(Source records)

═══

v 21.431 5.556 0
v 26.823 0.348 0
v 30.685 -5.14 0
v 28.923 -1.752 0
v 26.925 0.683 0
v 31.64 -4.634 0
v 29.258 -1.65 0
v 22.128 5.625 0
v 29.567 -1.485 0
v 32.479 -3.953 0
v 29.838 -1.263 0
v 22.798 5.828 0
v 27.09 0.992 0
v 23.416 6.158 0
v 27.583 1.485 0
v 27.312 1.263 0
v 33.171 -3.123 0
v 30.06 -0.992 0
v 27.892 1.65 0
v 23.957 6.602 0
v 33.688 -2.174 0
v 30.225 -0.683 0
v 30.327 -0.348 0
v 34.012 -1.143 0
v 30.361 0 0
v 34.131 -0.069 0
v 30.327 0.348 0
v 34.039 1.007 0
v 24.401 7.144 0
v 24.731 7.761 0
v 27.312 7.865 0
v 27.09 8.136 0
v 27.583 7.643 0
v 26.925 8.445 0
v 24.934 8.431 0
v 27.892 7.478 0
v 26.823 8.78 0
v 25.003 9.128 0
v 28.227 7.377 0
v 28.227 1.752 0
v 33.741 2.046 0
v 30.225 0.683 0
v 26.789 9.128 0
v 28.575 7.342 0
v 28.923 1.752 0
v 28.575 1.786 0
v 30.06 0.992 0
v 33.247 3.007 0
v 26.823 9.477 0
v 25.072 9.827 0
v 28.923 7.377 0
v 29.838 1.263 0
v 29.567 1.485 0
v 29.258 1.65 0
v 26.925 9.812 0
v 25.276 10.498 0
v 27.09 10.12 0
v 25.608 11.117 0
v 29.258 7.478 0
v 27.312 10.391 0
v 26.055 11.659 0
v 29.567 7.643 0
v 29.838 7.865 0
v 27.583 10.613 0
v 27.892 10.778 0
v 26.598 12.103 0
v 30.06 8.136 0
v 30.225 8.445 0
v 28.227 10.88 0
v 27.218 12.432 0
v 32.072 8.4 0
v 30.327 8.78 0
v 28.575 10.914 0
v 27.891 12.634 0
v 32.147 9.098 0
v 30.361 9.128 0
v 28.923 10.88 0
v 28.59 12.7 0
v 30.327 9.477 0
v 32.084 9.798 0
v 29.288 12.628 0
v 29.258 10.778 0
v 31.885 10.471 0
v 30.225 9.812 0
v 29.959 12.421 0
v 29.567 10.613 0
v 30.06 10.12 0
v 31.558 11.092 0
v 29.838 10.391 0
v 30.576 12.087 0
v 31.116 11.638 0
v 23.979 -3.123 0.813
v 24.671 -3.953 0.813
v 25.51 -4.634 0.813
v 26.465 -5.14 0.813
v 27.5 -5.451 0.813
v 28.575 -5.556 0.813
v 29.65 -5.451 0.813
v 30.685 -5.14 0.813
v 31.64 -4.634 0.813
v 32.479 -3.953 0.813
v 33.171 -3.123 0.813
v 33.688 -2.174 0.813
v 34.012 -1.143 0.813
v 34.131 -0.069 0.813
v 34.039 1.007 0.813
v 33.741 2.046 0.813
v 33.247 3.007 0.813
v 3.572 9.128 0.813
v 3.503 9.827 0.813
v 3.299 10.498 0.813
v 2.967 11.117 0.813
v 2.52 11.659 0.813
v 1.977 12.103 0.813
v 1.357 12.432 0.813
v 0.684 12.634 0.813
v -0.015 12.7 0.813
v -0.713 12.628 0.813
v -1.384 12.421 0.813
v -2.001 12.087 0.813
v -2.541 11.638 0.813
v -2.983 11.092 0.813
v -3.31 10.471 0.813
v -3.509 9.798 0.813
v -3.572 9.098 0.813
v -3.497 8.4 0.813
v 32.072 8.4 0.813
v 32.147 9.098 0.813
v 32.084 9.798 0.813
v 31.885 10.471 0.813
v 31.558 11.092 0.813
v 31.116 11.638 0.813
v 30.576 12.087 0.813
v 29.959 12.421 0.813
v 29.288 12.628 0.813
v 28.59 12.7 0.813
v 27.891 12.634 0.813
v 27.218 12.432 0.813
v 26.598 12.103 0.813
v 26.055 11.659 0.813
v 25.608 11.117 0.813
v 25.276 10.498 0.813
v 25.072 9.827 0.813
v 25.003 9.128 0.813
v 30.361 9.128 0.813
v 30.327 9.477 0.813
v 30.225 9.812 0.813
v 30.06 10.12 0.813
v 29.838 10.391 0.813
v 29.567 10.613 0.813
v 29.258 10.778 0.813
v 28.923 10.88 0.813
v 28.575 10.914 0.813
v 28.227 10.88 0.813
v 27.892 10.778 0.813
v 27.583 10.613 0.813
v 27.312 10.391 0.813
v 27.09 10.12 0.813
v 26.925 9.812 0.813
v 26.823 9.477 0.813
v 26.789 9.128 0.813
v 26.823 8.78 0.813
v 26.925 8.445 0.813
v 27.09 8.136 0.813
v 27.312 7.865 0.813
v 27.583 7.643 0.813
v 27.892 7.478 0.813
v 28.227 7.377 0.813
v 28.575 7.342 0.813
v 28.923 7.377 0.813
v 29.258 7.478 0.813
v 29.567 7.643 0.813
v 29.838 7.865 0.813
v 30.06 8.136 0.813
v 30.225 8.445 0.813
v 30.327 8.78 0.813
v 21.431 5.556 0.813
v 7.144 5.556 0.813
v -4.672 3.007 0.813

═══

### Work instructions
Go through the entries above and write each one out exactly.

### Result of the task
v 21.431 5.556 0
v 26.823 0.348 0
v 30.685 -5.14 0
v 28.923 -1.752 0
v 26.925 0.683 0
v 31.64 -4.634 0
v 29.258 -1.65 0
v 22.128 5.625 0
v 29.567 -1.485 0
v 32.479 -3.953 0
v 29.838 -1.263 0
v 22.798 5.828 0
v 27.09 0.992 0
v 23.416 6.158 0
v 27.583 1.485 0
v 27.312 1.263 0
v 33.171 -3.123 0
v 30.06 -0.992 0
v 27.892 1.65 0
v 23.957 6.602 0
v 33.688 -2.174 0
v 30.225 -0.683 0
v 30.327 -0.348 0
v 34.012 -1.143 0
v 30.361 0 0
v 34.131 -0.069 0
v 30.327 0.348 0
v 34.039 1.007 0
v 24.401 7.144 0
v 24.731 7.761 0
v 27.312 7.865 0
v 27.09 8.136 0
v 27.583 7.643 0
v 26.925 8.445 0
v 24.934 8.431 0
v 27.892 7.478 0
v 26.823 8.78 0
v 25.003 9.128 0
v 28.227 7.377 0
v 28.227 1.752 0
v 33.741 2.046 0
v 30.225 0.683 0
v 26.789 9.128 0
v 28.575 7.342 0
v 28.923 1.752 0
v 28.575 1.786 0
v 30.06 0.992 0
v 33.247 3.007 0
v 26.823 9.477 0
v 25.072 9.827 0
v 28.923 7.377 0
v 29.838 1.263 0
v 29.567 1.485 0
v 29.258 1.65 0
v 26.925 9.812 0
v 25.276 10.498 0
v 27.09 10.12 0
v 25.608 11.117 0
v 29.258 7.478 0
v 27.312 10.391 0
v 26.055 11.659 0
v 29.567 7.643 0
v 29.838 7.865 0
v 27.583 10.613 0
v 27.892 10.778 0
v 26.598 12.103 0
v 30.06 8.136 0
v 30.225 8.445 0
v 28.227 10.88 0
v 27.218 12.432 0
v 32.072 8.4 0
v 30.327 8.78 0
v 28.575 10.914 0
v 27.891 12.634 0
v 32.147 9.098 0
v 30.361 9.128 0
v 28.923 10.88 0
v 28.59 12.7 0
v 30.327 9.477 0
v 32.084 9.798 0
v 29.288 12.628 0
v 29.258 10.778 0
v 31.885 10.471 0
v 30.225 9.812 0
v 29.959 12.421 0
v 29.567 10.613 0
v 30.06 10.12 0
v 31.558 11.092 0
v 29.838 10.391 0
v 30.576 12.087 0
v 31.116 11.638 0
v 23.979 -3.123 0.813
v 24.671 -3.953 0.813
v 25.51 -4.634 0.813
v 26.465 -5.14 0.813
v 27.5 -5.451 0.813
v 28.575 -5.556 0.813
v 29.65 -5.451 0.813
v 30.685 -5.14 0.813
v 31.64 -4.634 0.813
v 32.479 -3.953 0.813
v 33.171 -3.123 0.813
v 33.688 -2.174 0.813
v 34.012 -1.143 0.813
v 34.131 -0.069 0.813
v 34.039 1.007 0.813
v 33.741 2.046 0.813
v 33.247 3.007 0.813
v 3.572 9.128 0.813
v 3.503 9.827 0.813
v 3.299 10.498 0.813
v 2.967 11.117 0.813
v 2.52 11.659 0.813
v 1.977 12.103 0.813
v 1.357 12.432 0.813
v 0.684 12.634 0.813
v -0.015 12.7 0.813
v -0.713 12.628 0.813
v -1.384 12.421 0.813
v -2.001 12.087 0.813
v -2.541 11.638 0.813
v -2.983 11.092 0.813
v -3.31 10.471 0.813
v -3.509 9.798 0.813
v -3.572 9.098 0.813
v -3.497 8.4 0.813
v 32.072 8.4 0.813
v 32.147 9.098 0.813
v 32.084 9.798 0.813
v 31.885 10.471 0.813
v 31.558 11.092 0.813
v 31.116 11.638 0.813
v 30.576 12.087 0.813
v 29.959 12.421 0.813
v 29.288 12.628 0.813
v 28.59 12.7 0.813
v 27.891 12.634 0.813
v 27.218 12.432 0.813
v 26.598 12.103 0.813
v 26.055 11.659 0.813
v 25.608 11.117 0.813
v 25.276 10.498 0.813
v 25.072 9.827 0.813
v 25.003 9.128 0.813
v 30.361 9.128 0.813
v 30.327 9.477 0.813
v 30.225 9.812 0.813
v 30.06 10.12 0.813
v 29.838 10.391 0.813
v 29.567 10.613 0.813
v 29.258 10.778 0.813
v 28.923 10.88 0.813
v 28.575 10.914 0.813
v 28.227 10.88 0.813
v 27.892 10.778 0.813
v 27.583 10.613 0.813
v 27.312 10.391 0.813
v 27.09 10.12 0.813
v 26.925 9.812 0.813
v 26.823 9.477 0.813
v 26.789 9.128 0.813
v 26.823 8.78 0.813
v 26.925 8.445 0.813
v 27.09 8.136 0.813
v 27.312 7.865 0.813
v 27.583 7.643 0.813
v 27.892 7.478 0.813
v 28.227 7.377 0.813
v 28.575 7.342 0.813
v 28.923 7.377 0.813
v 29.258 7.478 0.813
v 29.567 7.643 0.813
v 29.838 7.865 0.813
v 30.06 8.136 0.813
v 30.225 8.445 0.813
v 30.327 8.78 0.813
v 21.431 5.556 0.813
v 7.144 5.556 0.813
v -4.672 3.007 0.813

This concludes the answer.